# Технологии и коммуникации > Мобильный мир >  Мой мобильник.

## Stych

*У кого какой мобильник. Нравиться ли он Вам?*

----------


## Sanych

У меня Nokia 2600 classik. Мне нравиться. Флэшки нет, но зато радио есть. И фиг с ним. Блютуз есть. Громкая связь, за рулём удобно пользоваться.
[Скрытая ссылка. Необходима регистрация. ]

----------


## Akasey

у меня Алкатель 530 стааааренький такой, ничего нет только экран цветной немного. но за неимением лучшего пользуюсь этим.

----------


## Stych

Я то проходил 4 года с x120, вторым на МТС держал SE T230, а потом жена на Новый год DUOS подарила, так сейчас с ним хожу) 

[Скрытая ссылка. Необходима регистрация. ]

----------


## Asteriks

У меня три года Самсунг С210. Без всяких наворотов, есть Интернет, MMS и больше ничего. Но по качеству связи очень хороший. Звонок не очень громкий только, из сумочки плохо слышен. Если надумаю покупать новый, опять выберу Самсунг.

----------


## HARON

> У меня Nokia 2600 classik. Мне нравиться. Флэшки нет, но зато радио есть. И фиг с ним. Блютуз есть. Громкая связь, за рулём удобно пользоваться.
> [Скрытая ссылка.
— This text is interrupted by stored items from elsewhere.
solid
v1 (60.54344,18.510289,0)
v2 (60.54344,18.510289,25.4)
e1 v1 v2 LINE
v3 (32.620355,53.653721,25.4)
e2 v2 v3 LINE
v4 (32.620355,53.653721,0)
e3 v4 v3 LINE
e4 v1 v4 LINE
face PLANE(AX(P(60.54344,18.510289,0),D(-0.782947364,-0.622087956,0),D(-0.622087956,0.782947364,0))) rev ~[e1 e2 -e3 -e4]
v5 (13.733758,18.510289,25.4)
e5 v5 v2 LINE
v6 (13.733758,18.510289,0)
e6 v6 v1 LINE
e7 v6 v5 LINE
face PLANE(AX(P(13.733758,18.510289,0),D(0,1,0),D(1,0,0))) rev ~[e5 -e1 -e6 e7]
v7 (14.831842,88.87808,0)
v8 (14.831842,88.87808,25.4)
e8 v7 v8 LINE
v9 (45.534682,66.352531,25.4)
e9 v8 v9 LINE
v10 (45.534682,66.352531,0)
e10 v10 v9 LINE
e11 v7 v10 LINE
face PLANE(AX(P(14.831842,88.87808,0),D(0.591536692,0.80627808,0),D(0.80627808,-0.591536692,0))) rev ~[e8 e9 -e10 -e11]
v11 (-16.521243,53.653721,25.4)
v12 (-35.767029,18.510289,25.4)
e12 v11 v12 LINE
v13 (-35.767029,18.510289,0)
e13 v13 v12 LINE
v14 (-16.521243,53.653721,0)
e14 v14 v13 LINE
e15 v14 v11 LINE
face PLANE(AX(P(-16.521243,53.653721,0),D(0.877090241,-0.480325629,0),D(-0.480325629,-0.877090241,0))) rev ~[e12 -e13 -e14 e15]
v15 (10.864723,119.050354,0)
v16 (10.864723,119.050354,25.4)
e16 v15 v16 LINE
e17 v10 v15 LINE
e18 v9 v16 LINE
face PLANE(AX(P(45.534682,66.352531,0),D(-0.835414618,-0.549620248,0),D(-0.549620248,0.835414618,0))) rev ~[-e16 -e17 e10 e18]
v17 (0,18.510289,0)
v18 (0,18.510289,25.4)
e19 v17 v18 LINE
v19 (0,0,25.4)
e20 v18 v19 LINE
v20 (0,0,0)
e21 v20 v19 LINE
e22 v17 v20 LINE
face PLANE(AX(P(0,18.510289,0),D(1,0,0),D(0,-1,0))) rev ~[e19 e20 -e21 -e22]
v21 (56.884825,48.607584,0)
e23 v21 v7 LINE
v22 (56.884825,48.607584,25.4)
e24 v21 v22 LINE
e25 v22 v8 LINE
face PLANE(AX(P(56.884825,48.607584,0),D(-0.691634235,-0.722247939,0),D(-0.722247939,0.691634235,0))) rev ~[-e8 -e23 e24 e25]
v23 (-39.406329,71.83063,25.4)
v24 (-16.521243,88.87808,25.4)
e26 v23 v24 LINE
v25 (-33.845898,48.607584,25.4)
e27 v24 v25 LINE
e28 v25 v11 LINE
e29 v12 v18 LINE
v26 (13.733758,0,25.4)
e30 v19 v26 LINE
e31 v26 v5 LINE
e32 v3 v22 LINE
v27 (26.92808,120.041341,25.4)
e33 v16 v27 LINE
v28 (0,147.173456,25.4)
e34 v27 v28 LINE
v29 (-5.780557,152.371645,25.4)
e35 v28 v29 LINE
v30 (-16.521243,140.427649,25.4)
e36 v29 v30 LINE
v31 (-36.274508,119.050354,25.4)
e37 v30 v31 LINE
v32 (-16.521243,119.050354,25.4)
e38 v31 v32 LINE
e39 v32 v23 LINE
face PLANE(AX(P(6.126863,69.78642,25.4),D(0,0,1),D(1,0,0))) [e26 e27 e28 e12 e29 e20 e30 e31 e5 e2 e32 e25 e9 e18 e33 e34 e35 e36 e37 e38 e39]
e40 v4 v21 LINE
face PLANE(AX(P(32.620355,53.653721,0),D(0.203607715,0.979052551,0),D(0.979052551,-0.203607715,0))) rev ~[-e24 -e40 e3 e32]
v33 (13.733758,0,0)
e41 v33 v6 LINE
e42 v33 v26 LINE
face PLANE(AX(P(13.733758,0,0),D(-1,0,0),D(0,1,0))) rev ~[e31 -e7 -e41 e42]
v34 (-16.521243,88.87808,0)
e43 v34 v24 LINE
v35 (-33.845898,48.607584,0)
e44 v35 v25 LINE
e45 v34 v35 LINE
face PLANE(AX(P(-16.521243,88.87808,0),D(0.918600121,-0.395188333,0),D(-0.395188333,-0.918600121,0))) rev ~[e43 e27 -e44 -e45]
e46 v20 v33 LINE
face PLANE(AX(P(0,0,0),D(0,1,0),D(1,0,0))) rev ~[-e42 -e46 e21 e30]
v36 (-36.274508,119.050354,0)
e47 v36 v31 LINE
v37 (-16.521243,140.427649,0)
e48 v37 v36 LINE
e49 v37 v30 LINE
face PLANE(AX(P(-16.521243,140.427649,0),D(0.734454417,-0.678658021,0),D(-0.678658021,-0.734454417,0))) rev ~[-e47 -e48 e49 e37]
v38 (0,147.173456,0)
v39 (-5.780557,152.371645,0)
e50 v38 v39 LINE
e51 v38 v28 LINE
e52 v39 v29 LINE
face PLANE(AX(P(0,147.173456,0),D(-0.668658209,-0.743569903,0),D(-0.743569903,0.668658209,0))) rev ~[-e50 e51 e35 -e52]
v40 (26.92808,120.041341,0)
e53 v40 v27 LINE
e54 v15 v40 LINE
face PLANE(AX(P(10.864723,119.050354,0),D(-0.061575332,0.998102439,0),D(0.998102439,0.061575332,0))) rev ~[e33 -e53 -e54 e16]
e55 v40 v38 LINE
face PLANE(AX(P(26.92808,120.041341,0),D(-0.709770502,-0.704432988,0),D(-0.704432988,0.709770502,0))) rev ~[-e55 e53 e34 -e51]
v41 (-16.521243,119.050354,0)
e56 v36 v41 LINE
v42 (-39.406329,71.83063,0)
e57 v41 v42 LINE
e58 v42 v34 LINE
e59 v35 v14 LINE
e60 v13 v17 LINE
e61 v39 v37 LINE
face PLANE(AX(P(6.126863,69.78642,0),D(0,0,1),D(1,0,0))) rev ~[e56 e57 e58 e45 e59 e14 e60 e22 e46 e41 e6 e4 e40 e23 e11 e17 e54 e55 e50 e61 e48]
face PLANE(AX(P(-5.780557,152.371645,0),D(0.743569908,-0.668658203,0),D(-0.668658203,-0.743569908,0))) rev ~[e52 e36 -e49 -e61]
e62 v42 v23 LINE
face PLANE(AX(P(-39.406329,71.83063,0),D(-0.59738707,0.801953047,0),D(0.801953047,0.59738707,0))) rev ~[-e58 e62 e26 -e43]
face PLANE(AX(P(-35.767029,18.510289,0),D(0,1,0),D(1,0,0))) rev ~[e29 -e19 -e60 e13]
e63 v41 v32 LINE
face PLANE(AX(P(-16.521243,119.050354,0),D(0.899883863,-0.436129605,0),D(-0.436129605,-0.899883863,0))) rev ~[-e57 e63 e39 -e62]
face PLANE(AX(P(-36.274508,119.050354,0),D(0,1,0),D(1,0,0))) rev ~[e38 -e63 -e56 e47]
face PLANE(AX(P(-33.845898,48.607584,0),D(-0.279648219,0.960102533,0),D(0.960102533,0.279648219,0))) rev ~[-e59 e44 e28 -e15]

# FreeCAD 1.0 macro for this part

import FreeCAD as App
import Part
import Sketcher
Q = App.Units.Quantity

doc = App.newDocument("Part")
body = doc.addObject("PartDesign::Body", "Body")

# Sketch on XY plane
sketch1 = body.newObject("Sketcher::SketchObject", "Sketch")
sketch1.AttachmentSupport = (doc.getObject("XY_Plane"), [""])
sketch1.MapMode = "FlatFace"
sketch1.addGeometry([
    Part.LineSegment(App.Vector(0, 19, 0), App.Vector(0, 0, 0)),  # 0
    Part.LineSegment(App.Vector(0, 0, 0), App.Vector(14, 0, 0)),  # 1
    Part.LineSegment(App.Vector(14, 0, 0), App.Vector(14, 19, 0)),  # 2
    Part.LineSegment(App.Vector(14, 19, 0), App.Vector(61, 19, 0)),  # 3
    Part.LineSegment(App.Vector(61, 19, 0), App.Vector(33, 54, 0)),  # 4
    Part.LineSegment(App.Vector(33, 54, 0), App.Vector(57, 49, 0)),  # 5
    Part.LineSegment(App.Vector(57, 49, 0), App.Vector(15, 89, 0)),  # 6
    Part.LineSegment(App.Vector(15, 89, 0), App.Vector(46, 66, 0)),  # 7
    Part.LineSegment(App.Vector(46, 66, 0), App.Vector(11, 119, 0)),  # 8
    Part.LineSegment(App.Vector(11, 119, 0), App.Vector(27, 120, 0)),  # 9
    Part.LineSegment(App.Vector(27, 120, 0), App.Vector(0, 147, 0)),  # 10
    Part.LineSegment(App.Vector(0, 147, 0), App.Vector(-6, 152, 0)),  # 11
    Part.LineSegment(App.Vector(-6, 152, 0), App.Vector(-17, 140, 0)),  # 12
    Part.LineSegment(App.Vector(-17, 140, 0), App.Vector(-36, 119, 0)),  # 13
    Part.LineSegment(App.Vector(-36, 119, 0), App.Vector(-17, 119, 0)),  # 14
    Part.LineSegment(App.Vector(-17, 119, 0), App.Vector(-39, 72, 0)),  # 15
    Part.LineSegment(App.Vector(-39, 72, 0), App.Vector(-17, 89, 0)),  # 16
    Part.LineSegment(App.Vector(-17, 89, 0), App.Vector(-34, 49, 0)),  # 17
    Part.LineSegment(App.Vector(-34, 49, 0), App.Vector(-17, 54, 0)),  # 18
    Part.LineSegment(App.Vector(-17, 54, 0), App.Vector(-36, 19, 0)),  # 19
    Part.LineSegment(App.Vector(-36, 19, 0), App.Vector(0, 19, 0)),  # 20
], False)
sketch1.addConstraint([
    Sketcher.Constraint("Coincident", 0, 2, 1, 1),
    Sketcher.Constraint("Coincident", 1, 2, 2, 1),
    Sketcher.Constraint("Coincident", 2, 2, 3, 1),
    Sketcher.Constraint("Coincident", 3, 2, 4, 1),
    Sketcher.Constraint("Coincident", 4, 2, 5, 1),
    Sketcher.Constraint("Coincident", 5, 2, 6, 1),
    Sketcher.Constraint("Coincident", 6, 2, 7, 1),
    Sketcher.Constraint("Coincident", 7, 2, 8, 1),
    Sketcher.Constraint("Coincident", 8, 2, 9, 1),
    Sketcher.Constraint("Coincident", 9, 2, 10, 1),
    Sketcher.Constraint("Coincident", 10, 2, 11, 1),
    Sketcher.Constraint("Coincident", 11, 2, 12, 1),
    Sketcher.Constraint("Coincident", 12, 2, 13, 1),
    Sketcher.Constraint("Coincident", 13, 2, 14, 1),
    Sketcher.Constraint("Coincident", 14, 2, 15, 1),
    Sketcher.Constraint("Coincident", 15, 2, 16, 1),
    Sketcher.Constraint("Coincident", 16, 2, 17, 1),
    Sketcher.Constraint("Coincident", 17, 2, 18, 1),
    Sketcher.Constraint("Coincident", 18, 2, 19, 1),
    Sketcher.Constraint("Coincident", 19, 2, 20, 1),
    Sketcher.Constraint("Coincident", 20, 2, 0, 1),
    Sketcher.Constraint("Vertical", 0),
    Sketcher.Constraint("Horizontal", 1),
    Sketcher.Constraint("Vertical", 2),
    Sketcher.Constraint("Horizontal", 3),
    Sketcher.Constraint("Horizontal", 14),
    Sketcher.Constraint("Horizontal", 20),
    Sketcher.Constraint("Coincident", 0, 2, -1, 1),
    Sketcher.Constraint("PointOnObject", 10, 2, -2),
    Sketcher.Constraint("Perpendicular", 11, 12),
    Sketcher.Constraint("Horizontal", 8, 2, 13, 2),
    Sketcher.Constraint("Horizontal", 6, 2, 16, 2),
    Sketcher.Constraint("Horizontal", 5, 2, 17, 2),
    Sketcher.Constraint("Horizontal", 4, 2, 18, 2),
    Sketcher.Constraint("Horizontal", 3, 2, 19, 2),
    Sketcher.Constraint("Vertical", 12, 2, 14, 2),
    Sketcher.Constraint("Vertical", 14, 2, 16, 2),
    Sketcher.Constraint("Vertical", 16, 2, 18, 2),
    Sketcher.Constraint("DistanceX", -1, 1, 3, 2, Q("2.3836 in")),
    Sketcher.Constraint("DistanceY", 6, 2, 9, 2, Q("1.2269 in")),
    Sketcher.Constraint("DistanceX", 15, 2, 13, 2, Q("0.1233 in")),
    Sketcher.Constraint("DistanceX", 3, 1, 3, 2, 46.809682),
    Sketcher.Constraint("DistanceX", 20, 1, 20, 2, 35.767029),
    Sketcher.Constraint("DistanceY", 0, 2, 0, 1, 18.510289),
    Sketcher.Constraint("DistanceX", 9, 2, 7, 2, 18.606602),
    Sketcher.Constraint("DistanceY", 8, 2, 10, 2, 28.123102),
    Sketcher.Constraint("DistanceX", 11, 2, 6, 2, 20.612399),
    Sketcher.Constraint("DistanceX", 18, 2, 2, 2, 30.255001),
    Sketcher.Constraint("Distance", 11, 7.77406),
    Sketcher.Constraint("Distance", 13, 29.10636),
    Sketcher.Constraint("Distance", 15, 52.473131),
    Sketcher.Constraint("Distance", 16, 28.536691),
    Sketcher.Constraint("Distance", 18, 18.044588),
    Sketcher.Constraint("DistanceX", 14, 1, 14, 2, 19.753265),
    Sketcher.Constraint("DistanceY", -1, 1, 4, 2, 53.653721),
    Sketcher.Constraint("DistanceY", -1, 1, 6, 2, 88.87808),
    Sketcher.Constraint("DistanceX", -1, 1, 7, 2, 45.534682),
    Sketcher.Constraint("DistanceY", -1, 1, 7, 2, 66.352531),
    Sketcher.Constraint("DistanceX", 4, 2, 5, 2, 24.26447),
    Sketcher.Constraint("DistanceX", 8, 2, 6, 2, 3.967119),
    Sketcher.Constraint("DistanceY", 5, 2, 8, 2, 70.44277),
    Sketcher.Constraint("Distance", 4, 44.886072),
])
pad1 = body.newObject("PartDesign::Pad", "Pad")
pad1.Profile = sketch1
pad1.Length = Q("1 in")

doc.recompute()
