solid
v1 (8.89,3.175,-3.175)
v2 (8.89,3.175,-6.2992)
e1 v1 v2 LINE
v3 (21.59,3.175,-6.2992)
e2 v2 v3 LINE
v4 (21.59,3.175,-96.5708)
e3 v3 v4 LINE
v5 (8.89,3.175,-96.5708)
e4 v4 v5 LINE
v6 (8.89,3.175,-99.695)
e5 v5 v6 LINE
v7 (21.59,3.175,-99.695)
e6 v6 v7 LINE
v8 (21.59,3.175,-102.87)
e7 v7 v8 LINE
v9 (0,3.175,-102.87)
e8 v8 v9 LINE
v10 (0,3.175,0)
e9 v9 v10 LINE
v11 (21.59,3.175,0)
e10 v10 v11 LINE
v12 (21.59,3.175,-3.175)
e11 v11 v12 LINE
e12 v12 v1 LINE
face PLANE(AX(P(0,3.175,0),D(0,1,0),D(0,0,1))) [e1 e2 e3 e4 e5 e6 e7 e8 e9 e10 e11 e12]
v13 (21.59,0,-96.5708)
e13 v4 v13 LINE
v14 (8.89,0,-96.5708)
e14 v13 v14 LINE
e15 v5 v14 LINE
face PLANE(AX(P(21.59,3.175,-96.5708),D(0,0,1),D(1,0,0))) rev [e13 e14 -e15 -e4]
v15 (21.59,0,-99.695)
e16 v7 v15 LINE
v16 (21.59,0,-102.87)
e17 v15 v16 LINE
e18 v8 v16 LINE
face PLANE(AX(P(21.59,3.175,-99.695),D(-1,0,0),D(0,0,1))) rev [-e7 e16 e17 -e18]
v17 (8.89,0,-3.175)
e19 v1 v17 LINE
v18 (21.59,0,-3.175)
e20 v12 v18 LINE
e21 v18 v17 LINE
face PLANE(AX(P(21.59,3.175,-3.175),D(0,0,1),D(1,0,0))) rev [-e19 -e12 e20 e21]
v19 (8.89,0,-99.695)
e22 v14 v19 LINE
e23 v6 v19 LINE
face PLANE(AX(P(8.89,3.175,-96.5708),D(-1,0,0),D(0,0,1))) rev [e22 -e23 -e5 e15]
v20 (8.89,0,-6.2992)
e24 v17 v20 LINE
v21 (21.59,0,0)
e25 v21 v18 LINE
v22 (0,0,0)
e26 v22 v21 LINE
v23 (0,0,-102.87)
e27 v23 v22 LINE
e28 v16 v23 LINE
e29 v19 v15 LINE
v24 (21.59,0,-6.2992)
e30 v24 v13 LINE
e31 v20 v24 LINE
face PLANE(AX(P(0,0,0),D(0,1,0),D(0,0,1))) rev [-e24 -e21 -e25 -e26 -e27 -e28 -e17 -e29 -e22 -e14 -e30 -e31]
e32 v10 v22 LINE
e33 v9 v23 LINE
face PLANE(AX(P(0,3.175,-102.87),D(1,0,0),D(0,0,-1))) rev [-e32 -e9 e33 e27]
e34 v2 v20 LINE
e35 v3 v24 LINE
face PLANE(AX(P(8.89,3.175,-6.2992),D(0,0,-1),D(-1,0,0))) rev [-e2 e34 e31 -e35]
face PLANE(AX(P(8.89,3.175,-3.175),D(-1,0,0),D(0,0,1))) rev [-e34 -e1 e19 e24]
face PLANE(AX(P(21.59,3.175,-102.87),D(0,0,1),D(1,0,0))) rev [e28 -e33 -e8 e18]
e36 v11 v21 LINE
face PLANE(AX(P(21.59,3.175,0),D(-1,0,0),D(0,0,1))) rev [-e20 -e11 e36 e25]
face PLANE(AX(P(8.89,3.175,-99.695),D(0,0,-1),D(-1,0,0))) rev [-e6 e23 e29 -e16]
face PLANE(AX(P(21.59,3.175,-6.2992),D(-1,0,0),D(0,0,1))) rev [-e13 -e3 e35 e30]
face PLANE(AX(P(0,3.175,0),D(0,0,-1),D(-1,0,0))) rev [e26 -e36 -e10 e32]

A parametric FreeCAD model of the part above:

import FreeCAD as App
import Part
import Sketcher
Q = App.Units.Quantity


def add_polygon(sketch, points):
    """Adds a closed chain of lines whose ends are joined by coincident constraints."""
    first, n = sketch.GeometryCount, len(points)
    for a, b in zip(points, points[1:] + points[:1]):
        sketch.addGeometry(Part.LineSegment(App.Vector(*a, 0), App.Vector(*b, 0)), False)
    for i in range(n):
        sketch.addConstraint(Sketcher.Constraint("Coincident", first + i, 2, first + (i + 1) % n, 1))

doc = App.newDocument("Part")
body = doc.addObject("PartDesign::Body", "Body")

# Sketch on XZ plane
sketch1 = doc.addObject("Sketcher::SketchObject", "Sketch")
body.addObject(sketch1)
sketch1.AttachmentSupport = (doc.XZ_Plane, [""])
sketch1.MapMode = "FlatFace"
add_polygon(sketch1, [(0, 0), (21.59, 0), (21.59, -3.175), (8.89, -3.175), (8.89, -6.2992), (21.59, -6.2992), (21.59, -96.5708), (8.89, -96.5708), (8.89, -99.695), (21.59, -99.695), (21.59, -102.87), (0, -102.87)])  # lines 0-11
sketch1.addConstraint([
    Sketcher.Constraint("Horizontal", 0),
    Sketcher.Constraint("Vertical", 1),
    Sketcher.Constraint("Horizontal", 2),
    Sketcher.Constraint("Vertical", 3),
    Sketcher.Constraint("Horizontal", 4),
    Sketcher.Constraint("Vertical", 5),
    Sketcher.Constraint("Horizontal", 6),
    Sketcher.Constraint("Vertical", 7),
    Sketcher.Constraint("Horizontal", 8),
    Sketcher.Constraint("Vertical", 9),
    Sketcher.Constraint("Horizontal", 10),
    Sketcher.Constraint("Vertical", 11),
    Sketcher.Constraint("Coincident", 11, 2, -1, 1),
    Sketcher.Constraint("Vertical", 1, 2, 4, 2),
    Sketcher.Constraint("Vertical", 3, 2, 6, 2),
    Sketcher.Constraint("Vertical", 5, 2, 8, 2),
    Sketcher.Constraint("Equal", 3, 7),
    Sketcher.Constraint("Equal", 1, 9),
    Sketcher.Constraint("DistanceX", 2, 2, 2, 1, Q("0.5 in")),
    Sketcher.Constraint("DistanceX", 0, 1, 0, 2, Q("0.85 in")),
    Sketcher.Constraint("DistanceY", 11, 1, 11, 2, Q("4.05 in")),
    Sketcher.Constraint("DistanceY", 7, 2, 2, 2, Q("3.8 in")),
    Sketcher.Constraint("DistanceY", 3, 2, 3, 1, Q("0.123 in")),
])
pad1 = doc.addObject("PartDesign::Pad", "Pad")
body.addObject(pad1)
pad1.Profile = sketch1
pad1.Length = Q("0.125 in")
pad1.Reversed = True

doc.recompute()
Необходима регистрация. ]


Эх,это был мой первый телефон,но только еще модель постарше.Сейчас SE510i и SE750.

----------


## Marusja

сейчас motorola L9, до этого motorola razr v3 была ( 3 года отработал),  и первый мой телефон был  motorola t190, пользовалась разными телефонами, безусловно много качественных и удобных, но вот у меня лежит душа к моторчикам

----------


## Serj_2k

я на моторе сижу случайно. считаю, что телефон нужен для общения, а для этого нынешнего как раз и хватает. второй момент, што жму денег на другой. лушше купить клёвый НЧ динамик для саба, чем средненький телефончик. вот так всегда такие практичные мысли и перебивают  ))
сейчас на моторе С155. обзавёлся им случайно. жду когда загнёцца, но ...

----------


## Nietzsches

Сейчас SE-K600i,но не нравится мну он..моя марка - Сименс,Бенкю-сименс..да,да)) тормозят и прочь..НО! С помощю компа и набора ПО,он доводится до ума,и ничем не уступает сонику)) И еще они дешевые))вот так как то.)

----------


## Pasha_49

Сейчас Nokia 7610, смартфончик. И следующий будет тоже смарт, но новее, а то этому уже 3 года... Люблю чтоб больше возможностей было, там хоть очень большой выбор прог написанных на C++, Python, Java. После этого смарта простой телефон больше не буду брать)

----------


## Малыха

у меня нокиа 5220 ХpressMusic  - вполне устраивает) только вот иногда подлагивает)) а так нормуль..

----------


## MOHAPX

Вот такая дешевая штукенция у мну. Телефон предназначен чтобы звонить, но эта сволочь и этой функции по началу не выполняла (приходилось проводок к антенке подсоединять и наружу). Благо связь улучшили недавно. Но проводок я всетки не вынял.

----------


## HARON

Монарх,енто сурьёзная вещь!))) У меня вся линейка из SE--К330,К510,К750.

----------


## RixAlex

SE K800, лучше бы был смарт

----------


## tujh

а у меня Nokia 5800 Express Music

----------


## Jemal

А у меня Самсунг х700 , минус лишь в том, что нельзя установить ни прог, ни игр. НО  зато не лагает

----------


## misatik

у меня Nokia 6233 ВПОЛНЕ 2 стерео динамика и мне катит уже 2 года не глючит и вопросов нет!!

----------


## Banderlogen

А вот такое чудо у меня

Старенький уже, но, глядя на него, менять не хочу

----------


## Цветик-семицветик

уже два года где-то как хожу с Nokia 5200....думаю,может что-нибудь другое вскоре приобрести


з.ы. тока он у меня чёрно-беленький

----------


## Vanya

моё
[Скрытая ссылка. Необходима регистрация. ]
почти всё устраивает
[Скрытая ссылка. Необходима регистрация. ]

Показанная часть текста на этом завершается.